WHAT THE TASK REQUIRES
Could the data below be copied out in full, word for word?

[Stored data]
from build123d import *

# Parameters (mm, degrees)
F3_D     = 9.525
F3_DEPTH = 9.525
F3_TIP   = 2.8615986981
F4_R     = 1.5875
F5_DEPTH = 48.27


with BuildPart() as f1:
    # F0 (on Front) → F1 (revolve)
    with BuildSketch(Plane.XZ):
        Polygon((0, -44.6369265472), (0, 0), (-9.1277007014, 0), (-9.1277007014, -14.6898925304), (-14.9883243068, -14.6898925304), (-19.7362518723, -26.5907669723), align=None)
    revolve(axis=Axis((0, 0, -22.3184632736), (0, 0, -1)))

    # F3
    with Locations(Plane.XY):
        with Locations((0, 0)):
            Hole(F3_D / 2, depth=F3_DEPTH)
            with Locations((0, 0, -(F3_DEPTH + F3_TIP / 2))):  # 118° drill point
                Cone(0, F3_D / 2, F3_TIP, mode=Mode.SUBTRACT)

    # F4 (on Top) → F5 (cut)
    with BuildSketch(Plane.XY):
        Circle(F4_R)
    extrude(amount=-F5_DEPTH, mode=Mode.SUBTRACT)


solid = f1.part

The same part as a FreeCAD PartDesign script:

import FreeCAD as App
import Part
import Sketcher

V = App.Vector
Q = App.Units.Quantity

doc = App.newDocument("Part")
body = doc.addObject("PartDesign::Body", "Body")

sketch1 = doc.addObject("Sketcher::SketchObject", "Sketch")
body.addObject(sketch1)
sketch1.AttachmentSupport = (doc.XZ_Plane, [""])
sketch1.MapMode = "FlatFace"
sketch1.addGeometry(Part.LineSegment(V(0, -45, 0), V(0, 0, 0)), False)
sketch1.addGeometry(Part.LineSegment(V(0, 0, 0), V(-9, 0, 0)), False)
sketch1.addGeometry(Part.LineSegment(V(-9, 0, 0), V(-9, -15, 0)), False)
sketch1.addGeometry(Part.LineSegment(V(-9, -15, 0), V(-15, -15, 0)), False)
sketch1.addGeometry(Part.LineSegment(V(-15, -15, 0), V(-20, -27, 0)), False)
sketch1.addGeometry(Part.LineSegment(V(-20, -27, 0), V(0, -45, 0)), False)
sketch1.addConstraint(Sketcher.Constraint("Coincident", 0, 2, 1, 1))
sketch1.addConstraint(Sketcher.Constraint("Coincident", 1, 2, 2, 1))
sketch1.addConstraint(Sketcher.Constraint("Coincident", 2, 2, 3, 1))
sketch1.addConstraint(Sketcher.Constraint("Coincident", 3, 2, 4, 1))
sketch1.addConstraint(Sketcher.Constraint("Coincident", 4, 2, 5, 1))
sketch1.addConstraint(Sketcher.Constraint("Coincident", 5, 2, 0, 1))
sketch1.addConstraint(Sketcher.Constraint("Vertical", 0))
sketch1.addConstraint(Sketcher.Constraint("Horizontal", 1))
sketch1.addConstraint(Sketcher.Constraint("Vertical", 2))
sketch1.addConstraint(Sketcher.Constraint("Horizontal", 3))
sketch1.addConstraint(Sketcher.Constraint("Coincident", 0, 2, -1, 1))
sketch1.addConstraint(Sketcher.Constraint("DistanceX", 1, 2, 1, 1, 9.127701))
sketch1.addConstraint(Sketcher.Constraint("DistanceX", 3, 2, 3, 1, 5.860624))
sketch1.addConstraint(Sketcher.Constraint("DistanceY", 0, 1, 0, 2, 44.636927))
sketch1.addConstraint(Sketcher.Constraint("DistanceY", 2, 2, 2, 1, 14.689893))
sketch1.addConstraint(Sketcher.Constraint("DistanceX", 4, 2, -1, 1, 19.736252))
sketch1.addConstraint(Sketcher.Constraint("DistanceY", 5, 2, 4, 2, 18.04616))
revolution = doc.addObject("PartDesign::Revolution", "Revolution")
body.addObject(revolution)
revolution.Profile = sketch1
revolution.ReferenceAxis = (sketch1, ["V_Axis"])
revolution.Angle = 360

sketch2 = doc.addObject("Sketcher::SketchObject", "Sketch001")
body.addObject(sketch2)
sketch2.AttachmentSupport = (doc.XY_Plane, [""])
sketch2.MapMode = "FlatFace"
sketch2.addGeometry(Part.Circle(V(0, 0, 0), V(0, 0, 1), 4.8), False)
sketch2.addConstraint(Sketcher.Constraint("Coincident", 0, 3, -1, 1))
sketch2.addConstraint(Sketcher.Constraint("Diameter", 0, Q("0.375 in")))
doc.recompute()
hole = doc.addObject("PartDesign::Hole", "Hole")
body.addObject(hole)
hole.Profile = sketch2
hole.ThreadType = "None"
hole.Diameter = Q("0.375 in")
hole.DepthType = "Dimension"
hole.Depth = Q("0.375 in")
hole.DrillPoint = "Angled"
hole.DrillPointAngle = 118

sketch3 = doc.addObject("Sketcher::SketchObject", "Sketch002")
body.addObject(sketch3)
sketch3.AttachmentSupport = (doc.XY_Plane, [""])
sketch3.MapMode = "FlatFace"
sketch3.addGeometry(Part.Circle(V(0, 0, 0), V(0, 0, 1), 1.6), False)
sketch3.addConstraint(Sketcher.Constraint("Coincident", 0, 3, -1, 1))
sketch3.addConstraint(Sketcher.Constraint("Diameter", 0, Q("0.125 in")))
pocket1 = doc.addObject("PartDesign::Pocket", "Pocket")
body.addObject(pocket1)
pocket1.Profile = sketch3
pocket1.Length = 48.27

doc.recompute()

EXERCISE OUTPUT
from build123d import *

# Parameters (mm, degrees)
F3_D     = 9.525
F3_DEPTH = 9.525
F3_TIP   = 2.8615986981
F4_R     = 1.5875
F5_DEPTH = 48.27


with BuildPart() as f1:
    # F0 (on Front) → F1 (revolve)
    with BuildSketch(Plane.XZ):
        Polygon((0, -44.6369265472), (0, 0), (-9.1277007014, 0), (-9.1277007014, -14.6898925304), (-14.9883243068, -14.6898925304), (-19.7362518723, -26.5907669723), align=None)
    revolve(axis=Axis((0, 0, -22.3184632736), (0, 0, -1)))

    # F3
    with Locations(Plane.XY):
        with Locations((0, 0)):
            Hole(F3_D / 2, depth=F3_DEPTH)
            with Locations((0, 0, -(F3_DEPTH + F3_TIP / 2))):  # 118° drill point
                Cone(0, F3_D / 2, F3_TIP, mode=Mode.SUBTRACT)

    # F4 (on Top) → F5 (cut)
    with BuildSketch(Plane.XY):
        Circle(F4_R)
    extrude(amount=-F5_DEPTH, mode=Mode.SUBTRACT)


solid = f1.part

The same part as a FreeCAD PartDesign script:

import FreeCAD as App
import Part
import Sketcher

V = App.Vector
Q = App.Units.Quantity

doc = App.newDocument("Part")
body = doc.addObject("PartDesign::Body", "Body")

sketch1 = doc.addObject("Sketcher::SketchObject", "Sketch")
body.addObject(sketch1)
sketch1.AttachmentSupport = (doc.XZ_Plane, [""])
sketch1.MapMode = "FlatFace"
sketch1.addGeometry(Part.LineSegment(V(0, -45, 0), V(0, 0, 0)), False)
sketch1.addGeometry(Part.LineSegment(V(0, 0, 0), V(-9, 0, 0)), False)
sketch1.addGeometry(Part.LineSegment(V(-9, 0, 0), V(-9, -15, 0)), False)
sketch1.addGeometry(Part.LineSegment(V(-9, -15, 0), V(-15, -15, 0)), False)
sketch1.addGeometry(Part.LineSegment(V(-15, -15, 0), V(-20, -27, 0)), False)
sketch1.addGeometry(Part.LineSegment(V(-20, -27, 0), V(0, -45, 0)), False)
sketch1.addConstraint(Sketcher.Constraint("Coincident", 0, 2, 1, 1))
sketch1.addConstraint(Sketcher.Constraint("Coincident", 1, 2, 2, 1))
sketch1.addConstraint(Sketcher.Constraint("Coincident", 2, 2, 3, 1))
sketch1.addConstraint(Sketcher.Constraint("Coincident", 3, 2, 4, 1))
sketch1.addConstraint(Sketcher.Constraint("Coincident", 4, 2, 5, 1))
sketch1.addConstraint(Sketcher.Constraint("Coincident", 5, 2, 0, 1))
sketch1.addConstraint(Sketcher.Constraint("Vertical", 0))
sketch1.addConstraint(Sketcher.Constraint("Horizontal", 1))
sketch1.addConstraint(Sketcher.Constraint("Vertical", 2))
sketch1.addConstraint(Sketcher.Constraint("Horizontal", 3))
sketch1.addConstraint(Sketcher.Constraint("Coincident", 0, 2, -1, 1))
sketch1.addConstraint(Sketcher.Constraint("DistanceX", 1, 2, 1, 1, 9.127701))
sketch1.addConstraint(Sketcher.Constraint("DistanceX", 3, 2, 3, 1, 5.860624))
sketch1.addConstraint(Sketcher.Constraint("DistanceY", 0, 1, 0, 2, 44.636927))
sketch1.addConstraint(Sketcher.Constraint("DistanceY", 2, 2, 2, 1, 14.689893))
sketch1.addConstraint(Sketcher.Constraint("DistanceX", 4, 2, -1, 1, 19.736252))
sketch1.addConstraint(Sketcher.Constraint("DistanceY", 5, 2, 4, 2, 18.04616))
revolution = doc.addObject("PartDesign::Revolution", "Revolution")
body.addObject(revolution)
revolution.Profile = sketch1
revolution.ReferenceAxis = (sketch1, ["V_Axis"])
revolution.Angle = 360

sketch2 = doc.addObject("Sketcher::SketchObject", "Sketch001")
body.addObject(sketch2)
sketch2.AttachmentSupport = (doc.XY_Plane, [""])
sketch2.MapMode = "FlatFace"
sketch2.addGeometry(Part.Circle(V(0, 0, 0), V(0, 0, 1), 4.8), False)
sketch2.addConstraint(Sketcher.Constraint("Coincident", 0, 3, -1, 1))
sketch2.addConstraint(Sketcher.Constraint("Diameter", 0, Q("0.375 in")))
doc.recompute()
hole = doc.addObject("PartDesign::Hole", "Hole")
body.addObject(hole)
hole.Profile = sketch2
hole.ThreadType = "None"
hole.Diameter = Q("0.375 in")
hole.DepthType = "Dimension"
hole.Depth = Q("0.375 in")
hole.DrillPoint = "Angled"
hole.DrillPointAngle = 118

sketch3 = doc.addObject("Sketcher::SketchObject", "Sketch002")
body.addObject(sketch3)
sketch3.AttachmentSupport = (doc.XY_Plane, [""])
sketch3.MapMode = "FlatFace"
sketch3.addGeometry(Part.Circle(V(0, 0, 0), V(0, 0, 1), 1.6), False)
sketch3.addConstraint(Sketcher.Constraint("Coincident", 0, 3, -1, 1))
sketch3.addConstraint(Sketcher.Constraint("Diameter", 0, Q("0.125 in")))
pocket1 = doc.addObject("PartDesign::Pocket", "Pocket")
body.addObject(pocket1)
pocket1.Profile = sketch3
pocket1.Length = 48.27

doc.recompute()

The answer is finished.